Initial deployment of the cloud

Next we want to do an initial deployment of our environment. We’ll be provisiong a single controller and a single compute node to start. Prior to Newton we would normally deploy using several --scale and --flavor flags since we had a limited set of roles available to us. With Newton we have a lot more range as to what services make up a role, meaning the built in flags no longer make a lot of sense.

This OpenStack change resulted in the flags being deprecated: OpenStack Review 378667

Instead, we should be deploying using a template file instead. Before looking at the template lets look at what our previous deployment command might have looked like:

source stackrc

openstack overcloud deploy \
  --control-flavor control \
  --control-scale 1 \
  --compute-flavor compute \
  - compute-scale 1 \
  --templates \
  --libvirt-type qemu \
  --timeout 90 \
  -e /usr/share/openstack-tripleo-heat-templates/environments/network-isolation.yaml \
  -e /usr/share/openstack-tripleo-heat-templates/environments/net-single-nic-with-vlans.yaml \
  -e network-environment.yaml \
  --neutron-network-type vxlan \
  --neutron-tunnel-types vxlan \
  --ntp-server pool.ntp.org

At the top of that command we have the --control-flavor, --control-scale, --compute-flavor, and ‘–compute-scale’ flags.
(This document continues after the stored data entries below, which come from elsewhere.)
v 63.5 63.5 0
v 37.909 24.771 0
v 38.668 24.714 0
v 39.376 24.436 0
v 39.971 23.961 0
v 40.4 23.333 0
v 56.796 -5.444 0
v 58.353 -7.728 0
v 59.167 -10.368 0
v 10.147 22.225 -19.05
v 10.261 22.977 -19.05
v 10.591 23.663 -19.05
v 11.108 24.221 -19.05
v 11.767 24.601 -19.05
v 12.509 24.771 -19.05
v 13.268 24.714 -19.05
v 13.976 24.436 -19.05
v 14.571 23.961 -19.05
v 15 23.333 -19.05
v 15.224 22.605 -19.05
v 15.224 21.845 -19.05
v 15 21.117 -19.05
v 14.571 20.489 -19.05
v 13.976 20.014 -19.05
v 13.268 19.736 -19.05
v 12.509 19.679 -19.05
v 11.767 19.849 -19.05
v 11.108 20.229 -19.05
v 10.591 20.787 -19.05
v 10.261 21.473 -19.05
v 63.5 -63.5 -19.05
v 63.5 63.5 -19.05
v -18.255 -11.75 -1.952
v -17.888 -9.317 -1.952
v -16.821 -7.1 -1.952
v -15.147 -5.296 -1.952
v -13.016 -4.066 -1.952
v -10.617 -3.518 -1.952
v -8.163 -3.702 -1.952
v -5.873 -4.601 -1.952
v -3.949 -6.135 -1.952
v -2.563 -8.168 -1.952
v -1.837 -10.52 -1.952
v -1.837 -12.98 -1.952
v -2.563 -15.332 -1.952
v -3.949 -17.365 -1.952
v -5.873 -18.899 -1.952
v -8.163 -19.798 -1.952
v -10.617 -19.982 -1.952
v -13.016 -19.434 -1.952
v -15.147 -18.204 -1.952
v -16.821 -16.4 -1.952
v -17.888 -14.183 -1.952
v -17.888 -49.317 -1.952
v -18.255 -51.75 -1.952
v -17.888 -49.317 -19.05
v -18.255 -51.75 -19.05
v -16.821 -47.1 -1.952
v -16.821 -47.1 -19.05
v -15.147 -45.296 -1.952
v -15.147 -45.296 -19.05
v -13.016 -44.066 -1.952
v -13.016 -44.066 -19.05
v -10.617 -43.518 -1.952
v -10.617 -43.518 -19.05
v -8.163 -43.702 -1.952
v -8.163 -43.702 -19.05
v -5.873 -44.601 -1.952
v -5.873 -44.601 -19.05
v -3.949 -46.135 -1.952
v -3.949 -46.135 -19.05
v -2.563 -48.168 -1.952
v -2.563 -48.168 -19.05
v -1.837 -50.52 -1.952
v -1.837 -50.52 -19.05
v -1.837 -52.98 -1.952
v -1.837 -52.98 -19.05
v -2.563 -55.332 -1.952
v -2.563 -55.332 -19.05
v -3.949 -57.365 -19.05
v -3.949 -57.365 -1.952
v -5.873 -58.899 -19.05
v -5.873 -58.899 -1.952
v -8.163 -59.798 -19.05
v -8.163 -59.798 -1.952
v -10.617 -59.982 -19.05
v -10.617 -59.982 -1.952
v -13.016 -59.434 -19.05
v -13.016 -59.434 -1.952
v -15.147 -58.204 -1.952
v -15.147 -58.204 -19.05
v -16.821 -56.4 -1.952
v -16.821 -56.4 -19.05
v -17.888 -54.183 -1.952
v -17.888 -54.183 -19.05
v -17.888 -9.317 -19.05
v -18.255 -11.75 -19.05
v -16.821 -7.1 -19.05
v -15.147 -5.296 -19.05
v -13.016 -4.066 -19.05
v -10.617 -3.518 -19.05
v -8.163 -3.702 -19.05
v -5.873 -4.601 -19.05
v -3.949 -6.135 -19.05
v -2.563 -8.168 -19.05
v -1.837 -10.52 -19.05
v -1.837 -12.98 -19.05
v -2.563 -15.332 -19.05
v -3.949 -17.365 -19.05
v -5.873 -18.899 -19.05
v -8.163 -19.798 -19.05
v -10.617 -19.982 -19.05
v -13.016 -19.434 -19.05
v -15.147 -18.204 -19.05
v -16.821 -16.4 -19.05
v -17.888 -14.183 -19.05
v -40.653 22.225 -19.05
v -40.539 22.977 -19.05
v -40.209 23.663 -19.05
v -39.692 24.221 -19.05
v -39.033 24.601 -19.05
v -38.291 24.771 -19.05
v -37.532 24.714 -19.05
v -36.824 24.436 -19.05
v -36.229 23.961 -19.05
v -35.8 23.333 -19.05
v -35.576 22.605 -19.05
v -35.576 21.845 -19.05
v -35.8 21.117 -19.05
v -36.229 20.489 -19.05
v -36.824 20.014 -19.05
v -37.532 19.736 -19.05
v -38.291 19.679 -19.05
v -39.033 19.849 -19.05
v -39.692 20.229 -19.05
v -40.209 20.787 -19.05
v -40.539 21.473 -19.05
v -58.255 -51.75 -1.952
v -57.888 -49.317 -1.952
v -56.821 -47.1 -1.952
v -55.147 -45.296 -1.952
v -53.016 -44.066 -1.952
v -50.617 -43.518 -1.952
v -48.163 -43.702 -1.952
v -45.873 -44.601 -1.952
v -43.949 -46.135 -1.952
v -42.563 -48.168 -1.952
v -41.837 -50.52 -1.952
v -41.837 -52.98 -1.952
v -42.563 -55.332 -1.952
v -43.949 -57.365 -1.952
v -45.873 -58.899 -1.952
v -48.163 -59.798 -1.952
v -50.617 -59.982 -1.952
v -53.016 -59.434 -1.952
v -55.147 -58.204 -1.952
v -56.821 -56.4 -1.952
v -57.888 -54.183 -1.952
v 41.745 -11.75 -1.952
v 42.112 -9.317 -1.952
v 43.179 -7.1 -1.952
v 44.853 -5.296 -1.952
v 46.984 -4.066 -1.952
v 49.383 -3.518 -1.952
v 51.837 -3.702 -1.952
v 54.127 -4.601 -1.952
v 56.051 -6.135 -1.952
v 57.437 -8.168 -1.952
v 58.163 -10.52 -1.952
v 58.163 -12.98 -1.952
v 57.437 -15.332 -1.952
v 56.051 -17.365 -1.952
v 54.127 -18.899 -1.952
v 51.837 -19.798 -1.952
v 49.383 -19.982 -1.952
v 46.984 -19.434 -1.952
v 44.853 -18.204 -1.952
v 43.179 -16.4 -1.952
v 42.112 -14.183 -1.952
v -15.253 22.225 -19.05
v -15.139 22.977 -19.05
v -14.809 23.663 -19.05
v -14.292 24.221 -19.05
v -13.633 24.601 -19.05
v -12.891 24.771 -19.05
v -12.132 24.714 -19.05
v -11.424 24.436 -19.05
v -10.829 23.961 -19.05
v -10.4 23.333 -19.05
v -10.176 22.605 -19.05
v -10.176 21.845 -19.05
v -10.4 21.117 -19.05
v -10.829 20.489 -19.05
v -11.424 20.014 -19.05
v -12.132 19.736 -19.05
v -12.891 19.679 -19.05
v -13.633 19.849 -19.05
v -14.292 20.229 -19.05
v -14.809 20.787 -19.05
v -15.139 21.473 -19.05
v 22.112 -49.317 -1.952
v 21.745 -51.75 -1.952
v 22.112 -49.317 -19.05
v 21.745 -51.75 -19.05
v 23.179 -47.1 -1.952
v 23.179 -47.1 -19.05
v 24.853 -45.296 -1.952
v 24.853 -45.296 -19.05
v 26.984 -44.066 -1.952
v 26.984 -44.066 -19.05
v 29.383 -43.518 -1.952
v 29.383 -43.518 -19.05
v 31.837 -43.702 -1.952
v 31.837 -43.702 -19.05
Since we now have composable roles (and that means we could really have any number of roles and flavors) having a built in flag doesn’t make a lot of sense. Instead, we move the scale and flavor assignments into a template file.

I created a new file in the home directory called deploy.yaml. The contents are pretty straight forward:

parameter_defaults:
    OvercloudControlFlavor: control
    OvercloudComputeFlavor: compute
    ControllerCount: 1
    ComputeCount: 1

With this template we’ll get a single controller and a single compute. If we need to scale in the future, we just need to modify the values in that file and re-run our deployment.

With our new deploy.yaml file lets adjust our overcloud deploy command:

openstack overcloud deploy \
  --templates \
  --libvirt-type qemu \
  --timeout 90 \
  -e deploy.yaml \
  -e /usr/share/openstack-tripleo-heat-templates/environments/network-isolation.yaml \
  -e /usr/share/openstack-tripleo-heat-templates/environments/net-single-nic-with-vlans.yaml \
  -e network-environment.yaml \
  --neutron-network-type vxlan \
  --neutron-tunnel-types vxlan \
  --ntp-server pool.ntp.org

And our resulting VMs:

$ virsh list --all
 Id    Name                           State
----------------------------------------------------
 2     undercloud                     running
 12    control_0                      running
 11    compute_0                      running
 -     compute_1                      shut off
 -     compute_2                      shut off

Scaling the cloud up and down

Scaling the cloud up and down is really pretty straight forward at this point. Just modify the deploy.yaml to the correct values (and for the appropriate level of hardware you have access to) and re-run the openstack overcloud deploy command again.

Creating your own roles

In order to create your own roles you’ll need to copy the openstack-tripleo-heat-templates to your home directory and modify the roles_data.yml file directly (until this bug has been resolved).

cp -r /usr/share/openstack-tripleo-heat-templates/ ~/tht

When deploying your overcloud with the openstack overcloud deploy command you would append tht/ after --templates:

openstack overcloud deploy --template tht/ ...

Conclusion

So that’s how far I’ve gotten in one afternoon of playing around with the new composable services and roles in TripleO. Next up will be attempting to build out my own set of roles and see how easy it is to construct new topologies and to move services around to different systems.